都道府県や市区町村が「子育て支援」や「地域活性化支援事業」を行うことが前提

【フラット35】は、住宅金融支援機構(以下、「機構」といいます)が民間金融機関と提携して提供する全期間固定金利タイプの住宅ローンです。

この【フラット35】の新しい金利優遇制度、「【フラット35】子育て支援型」と「【フラット35】地域活性化型」が2017年4月からスタートしました。いずれも当初一定期間、【フラット35】の金利を引き下げる制度です。
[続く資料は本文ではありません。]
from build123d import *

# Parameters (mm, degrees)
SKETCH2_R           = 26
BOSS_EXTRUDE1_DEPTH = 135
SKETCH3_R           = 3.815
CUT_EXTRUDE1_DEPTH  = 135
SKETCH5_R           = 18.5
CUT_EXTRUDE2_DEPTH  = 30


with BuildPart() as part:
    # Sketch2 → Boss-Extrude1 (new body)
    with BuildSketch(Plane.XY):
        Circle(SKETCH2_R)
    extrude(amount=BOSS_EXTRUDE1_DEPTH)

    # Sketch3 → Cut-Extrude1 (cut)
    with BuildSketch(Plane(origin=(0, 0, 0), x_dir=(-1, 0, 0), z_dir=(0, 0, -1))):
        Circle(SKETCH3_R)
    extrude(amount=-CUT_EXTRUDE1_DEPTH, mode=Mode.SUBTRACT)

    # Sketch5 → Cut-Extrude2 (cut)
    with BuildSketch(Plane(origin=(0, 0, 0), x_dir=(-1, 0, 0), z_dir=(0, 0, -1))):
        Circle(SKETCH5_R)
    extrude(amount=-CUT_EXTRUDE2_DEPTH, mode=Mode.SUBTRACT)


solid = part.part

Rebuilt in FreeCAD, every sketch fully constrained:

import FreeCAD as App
import Part
import Sketcher
from FreeCAD import Vector
Q = App.Units.Quantity

doc = App.newDocument("Part")
body = doc.addObject("PartDesign::Body", "Body")

sketch1 = doc.addObject("Sketcher::SketchObject", "Sketch")
body.addObject(sketch1)
sketch1.AttachmentSupport = (doc.XY_Plane, [""])
sketch1.MapMode = "FlatFace"
sketch1.addGeometry(Part.Circle(Vector(0, 0, 0), Vector(0, 0, 1), 26), False)
sketch1.addConstraint([
    Sketcher.Constraint("Coincident", 0, 3, -1, 1),
    Sketcher.Constraint("Diameter", 0, Q("52 mm")),
])
pad1 = doc.addObject("PartDesign::Pad", "Pad")
body.addObject(pad1)
pad1.Profile = sketch1
pad1.Length = 135

sketch2 = doc.addObject("Sketcher::SketchObject", "Sketch001")
body.addObject(sketch2)
sketch2.AttachmentSupport = (doc.XY_Plane, [""])
sketch2.MapMode = "FlatFace"
sketch2.addGeometry(Part.Circle(Vector(0, 0, 0), Vector(0, 0, 1), 3.8), False)
sketch2.addConstraint([
    Sketcher.Constraint("Coincident", 0, 3, -1, 1),
    Sketcher.Constraint("Diameter", 0, Q("7.63 mm")),
])
pocket1 = doc.addObject("PartDesign::Pocket", "Pocket")
body.addObject(pocket1)
pocket1.Profile = sketch2
pocket1.Length = 135
pocket1.Reversed = True

sketch3 = doc.addObject("Sketcher::SketchObject", "Sketch002")
body.addObject(sketch3)
sketch3.AttachmentSupport = (doc.XY_Plane, [""])
sketch3.MapMode = "FlatFace"
sketch3.addGeometry(Part.Circle(Vector(0, 0, 0), Vector(0, 0, 1), 18), False)
sketch3.addConstraint([
    Sketcher.Constraint("Coincident", 0, 3, -1, 1),
    Sketcher.Constraint("Diameter", 0, Q("37 mm")),
])
pocket2 = doc.addObject("PartDesign::Pocket", "Pocket001")
body.addObject(pocket2)
pocket2.Profile = sketch3
pocket2.Length = 30
pocket2.Reversed = True

doc.recompute()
この制度の特徴は、都道府県や市区町村が独自に子育て支援事業や地域活性化事業(UIJターン、コンパクトシティ形成)を実施し、住宅の取得に対して補助金等の交付をすることが条件となっています。

子育て支援とは、たとえば「子育て世代とその親世代との同居や近居を促す施策」などです。地域活性化とは、「他地域からの移住・定着策、また、居住誘導地域への住み替えの促進」などです。

実際の金利優遇対象の可否は、都道府県や市区町村が応募にもとづいて住宅金融支援機構が審議して認定し、住宅の条件は都道府県や市区町村が地域の実情を踏まえて決定します。そのため、地域によって金利優遇の適用を受けられるかどうかが異なります。適用を受けるには、取得する住宅の場所が、対象となる都道府県や市区町村にあるかどうか、また、取得する住宅等が要件を満たすかどうかを、あらかじめ確認する必要があります。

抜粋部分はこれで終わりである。